Tackling the top stressors for dementia caregivers
More than 11 million people in the United States are unpaid caregivers of people with dementia.
- Reviewed by Anthony L. Komaroff, MD, Editor in Chief, Harvard Health Letter; Editorial Advisory Board Member, Harvard Health Publishing
Caregiving is a demanding job that you commit to out of love, loyalty, compassion, and often necessity. And when the person you're caring for has dementia, the job is especially difficult. It comes with a long list of physical, financial, logistical, and emotional challenges. Which are the most difficult, and how can you cope?
Recent findings
A 2024 Alzheimer's Association survey highlights the stressors caregivers say are most burdensome. The survey included more than 1,500 current or recent unpaid caregivers of adults ages 50 or older with cognitive problems. The top five stressors were costs, coordinating numerous doctor visits, securing doctor appointments, finding the right doctors, and getting help to take a break (respite care).

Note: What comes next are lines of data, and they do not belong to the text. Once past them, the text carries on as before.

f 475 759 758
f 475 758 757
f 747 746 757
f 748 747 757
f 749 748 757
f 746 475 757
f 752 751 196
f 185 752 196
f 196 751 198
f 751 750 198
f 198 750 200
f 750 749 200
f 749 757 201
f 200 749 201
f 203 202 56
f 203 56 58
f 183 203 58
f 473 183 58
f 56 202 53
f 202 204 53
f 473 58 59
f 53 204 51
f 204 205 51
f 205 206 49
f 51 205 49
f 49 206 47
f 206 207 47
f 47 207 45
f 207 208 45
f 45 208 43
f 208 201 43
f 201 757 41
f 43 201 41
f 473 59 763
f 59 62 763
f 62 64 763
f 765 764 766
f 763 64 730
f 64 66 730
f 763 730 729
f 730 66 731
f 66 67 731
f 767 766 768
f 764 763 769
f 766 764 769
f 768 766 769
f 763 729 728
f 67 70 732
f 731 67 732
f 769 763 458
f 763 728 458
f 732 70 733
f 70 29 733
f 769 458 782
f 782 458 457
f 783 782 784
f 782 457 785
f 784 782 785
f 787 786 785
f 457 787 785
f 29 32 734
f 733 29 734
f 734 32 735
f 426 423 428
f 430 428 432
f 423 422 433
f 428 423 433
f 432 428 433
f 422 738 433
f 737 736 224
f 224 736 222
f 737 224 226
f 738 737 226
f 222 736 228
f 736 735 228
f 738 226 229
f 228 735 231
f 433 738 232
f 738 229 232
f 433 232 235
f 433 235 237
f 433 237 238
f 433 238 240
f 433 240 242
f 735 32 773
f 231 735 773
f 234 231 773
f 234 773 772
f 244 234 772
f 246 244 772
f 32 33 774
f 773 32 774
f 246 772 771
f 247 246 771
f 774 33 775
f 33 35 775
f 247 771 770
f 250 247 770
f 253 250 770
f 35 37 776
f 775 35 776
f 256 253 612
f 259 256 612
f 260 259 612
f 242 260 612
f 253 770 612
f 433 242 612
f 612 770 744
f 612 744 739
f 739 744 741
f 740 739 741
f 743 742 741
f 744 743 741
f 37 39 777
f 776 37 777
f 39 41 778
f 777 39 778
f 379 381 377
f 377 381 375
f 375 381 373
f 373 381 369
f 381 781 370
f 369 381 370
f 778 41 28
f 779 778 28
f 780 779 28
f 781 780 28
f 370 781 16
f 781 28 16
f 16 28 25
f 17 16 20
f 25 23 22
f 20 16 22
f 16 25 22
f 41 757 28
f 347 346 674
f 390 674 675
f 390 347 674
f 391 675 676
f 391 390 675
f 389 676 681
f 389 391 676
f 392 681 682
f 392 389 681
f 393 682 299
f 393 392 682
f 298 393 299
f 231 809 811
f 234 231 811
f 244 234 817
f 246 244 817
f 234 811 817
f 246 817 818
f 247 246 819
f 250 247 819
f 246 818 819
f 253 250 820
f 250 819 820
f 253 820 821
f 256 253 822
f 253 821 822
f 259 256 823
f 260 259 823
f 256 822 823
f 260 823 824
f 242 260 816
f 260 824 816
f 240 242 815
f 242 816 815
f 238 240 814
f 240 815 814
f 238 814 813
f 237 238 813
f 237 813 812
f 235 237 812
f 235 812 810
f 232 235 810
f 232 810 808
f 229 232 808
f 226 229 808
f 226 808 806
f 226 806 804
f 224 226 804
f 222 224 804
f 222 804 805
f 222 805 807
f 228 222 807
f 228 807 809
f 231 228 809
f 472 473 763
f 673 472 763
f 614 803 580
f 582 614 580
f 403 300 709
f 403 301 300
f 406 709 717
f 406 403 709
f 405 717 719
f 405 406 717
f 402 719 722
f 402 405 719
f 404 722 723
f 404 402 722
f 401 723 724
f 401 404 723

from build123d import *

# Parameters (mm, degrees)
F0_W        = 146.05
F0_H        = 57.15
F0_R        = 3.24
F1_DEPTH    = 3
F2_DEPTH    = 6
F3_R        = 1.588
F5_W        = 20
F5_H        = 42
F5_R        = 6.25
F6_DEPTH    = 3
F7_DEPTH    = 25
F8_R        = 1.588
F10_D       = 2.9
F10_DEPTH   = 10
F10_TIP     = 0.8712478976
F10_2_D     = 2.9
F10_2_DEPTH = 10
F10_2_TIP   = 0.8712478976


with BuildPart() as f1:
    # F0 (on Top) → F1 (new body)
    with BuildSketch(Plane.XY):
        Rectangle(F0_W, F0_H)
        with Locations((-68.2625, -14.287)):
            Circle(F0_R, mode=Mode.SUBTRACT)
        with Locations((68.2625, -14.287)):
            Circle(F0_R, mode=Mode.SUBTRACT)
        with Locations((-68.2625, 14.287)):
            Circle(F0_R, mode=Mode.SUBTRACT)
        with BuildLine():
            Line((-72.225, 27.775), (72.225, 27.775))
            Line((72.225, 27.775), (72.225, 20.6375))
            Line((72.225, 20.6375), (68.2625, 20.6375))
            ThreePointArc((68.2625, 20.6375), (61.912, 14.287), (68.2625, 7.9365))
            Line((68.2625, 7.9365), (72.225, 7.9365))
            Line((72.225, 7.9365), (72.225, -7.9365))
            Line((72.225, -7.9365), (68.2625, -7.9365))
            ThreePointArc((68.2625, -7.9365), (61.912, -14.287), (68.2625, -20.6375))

Only half of the caregivers surveyed had ever spoken with health care professionals for guidance.
Physical and emotional tolls
Caring for a person with dementia is physically and emotionally demanding. For example, you might need to help a loved one with bathing, dressing, eating, and getting in and out of a car. It takes physical strength and stamina.

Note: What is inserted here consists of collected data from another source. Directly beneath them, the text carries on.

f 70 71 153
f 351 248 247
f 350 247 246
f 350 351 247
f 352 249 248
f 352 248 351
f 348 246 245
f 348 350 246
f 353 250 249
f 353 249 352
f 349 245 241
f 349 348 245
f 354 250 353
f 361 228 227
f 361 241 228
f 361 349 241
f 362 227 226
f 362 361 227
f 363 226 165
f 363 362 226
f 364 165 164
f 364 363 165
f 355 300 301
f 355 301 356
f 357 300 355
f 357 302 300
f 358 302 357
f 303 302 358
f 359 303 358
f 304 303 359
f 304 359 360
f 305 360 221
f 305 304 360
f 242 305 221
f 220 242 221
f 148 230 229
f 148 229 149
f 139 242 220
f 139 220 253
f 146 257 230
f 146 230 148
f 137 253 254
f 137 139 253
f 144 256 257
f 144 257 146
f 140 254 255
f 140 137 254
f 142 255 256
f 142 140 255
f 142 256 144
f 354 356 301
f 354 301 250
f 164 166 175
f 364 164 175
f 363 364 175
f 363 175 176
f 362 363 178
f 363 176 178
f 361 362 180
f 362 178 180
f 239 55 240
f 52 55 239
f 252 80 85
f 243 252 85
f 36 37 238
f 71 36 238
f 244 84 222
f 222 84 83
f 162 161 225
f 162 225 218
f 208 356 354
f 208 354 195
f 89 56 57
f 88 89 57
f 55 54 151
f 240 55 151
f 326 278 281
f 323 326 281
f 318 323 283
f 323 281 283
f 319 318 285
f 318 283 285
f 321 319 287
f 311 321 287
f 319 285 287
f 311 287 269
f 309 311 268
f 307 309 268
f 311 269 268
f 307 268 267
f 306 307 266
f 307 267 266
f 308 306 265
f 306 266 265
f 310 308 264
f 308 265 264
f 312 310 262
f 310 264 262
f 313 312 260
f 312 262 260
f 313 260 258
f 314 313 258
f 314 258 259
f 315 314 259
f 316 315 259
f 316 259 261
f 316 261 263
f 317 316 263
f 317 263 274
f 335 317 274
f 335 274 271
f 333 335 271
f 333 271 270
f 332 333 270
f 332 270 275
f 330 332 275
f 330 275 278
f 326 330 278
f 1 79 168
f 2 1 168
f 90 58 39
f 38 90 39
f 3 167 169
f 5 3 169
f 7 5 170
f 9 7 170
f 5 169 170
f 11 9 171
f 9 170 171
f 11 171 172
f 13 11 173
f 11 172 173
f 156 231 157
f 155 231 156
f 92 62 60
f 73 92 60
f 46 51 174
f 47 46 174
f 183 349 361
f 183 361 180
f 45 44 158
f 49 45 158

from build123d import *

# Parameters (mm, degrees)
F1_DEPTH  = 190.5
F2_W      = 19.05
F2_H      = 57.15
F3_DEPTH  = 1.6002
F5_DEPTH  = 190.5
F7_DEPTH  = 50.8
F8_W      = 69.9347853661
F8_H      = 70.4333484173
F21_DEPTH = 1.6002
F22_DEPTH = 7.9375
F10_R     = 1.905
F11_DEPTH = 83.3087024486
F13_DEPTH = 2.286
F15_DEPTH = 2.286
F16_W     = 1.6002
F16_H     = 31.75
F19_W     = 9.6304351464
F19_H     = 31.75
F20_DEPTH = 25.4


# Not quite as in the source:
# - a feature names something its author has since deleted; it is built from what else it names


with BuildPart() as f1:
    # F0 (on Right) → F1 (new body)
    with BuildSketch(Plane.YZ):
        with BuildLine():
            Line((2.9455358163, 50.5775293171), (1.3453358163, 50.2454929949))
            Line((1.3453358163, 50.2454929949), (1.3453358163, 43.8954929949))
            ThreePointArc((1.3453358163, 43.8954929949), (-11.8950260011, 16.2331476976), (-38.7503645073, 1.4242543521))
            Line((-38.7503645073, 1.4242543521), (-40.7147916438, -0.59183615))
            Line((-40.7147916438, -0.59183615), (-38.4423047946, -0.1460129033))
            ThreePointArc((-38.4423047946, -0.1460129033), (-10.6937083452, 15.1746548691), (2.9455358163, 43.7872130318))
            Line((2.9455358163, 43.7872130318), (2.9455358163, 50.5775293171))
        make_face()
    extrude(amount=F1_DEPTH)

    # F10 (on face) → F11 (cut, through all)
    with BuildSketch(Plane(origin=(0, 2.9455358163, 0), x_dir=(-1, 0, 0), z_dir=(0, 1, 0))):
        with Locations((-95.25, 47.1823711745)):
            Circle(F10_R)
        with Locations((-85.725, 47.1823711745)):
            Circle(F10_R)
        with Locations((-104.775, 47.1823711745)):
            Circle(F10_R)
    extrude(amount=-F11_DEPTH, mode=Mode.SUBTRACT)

Caregiving also puts you through an emotional wringer. It's common to feel frustration with the unpredictability of your loved one's behavior: one day they understand and recognize you, but the next day they don't. You might feel helpless if you don't know how to communicate with a loved one or how to cope with dementia-specific behaviors such as sundowning (meltdowns at the end of each day). You might feel anguish that they might not be getting adequate care. Above all, you probably feel grief at gradually losing the individual you once knew.
"Caregivers might also experience anger from the demands of nonstop caregiving. Then, recognizing their anger, caregivers might immediately feel guilty about resenting the loved one or having a desire to take time for themselves," says Dr. Stephanie Collier, a psychiatrist at Harvard-affiliated McLean Hospital.
The combination of stressors puts caregivers at high risk for burnout, high blood pressure, sleep problems, depression, isolation, weight changes, and even premature death.
What you can do
Resolving caregiving challenges is an ongoing process. Here are some ways to get started.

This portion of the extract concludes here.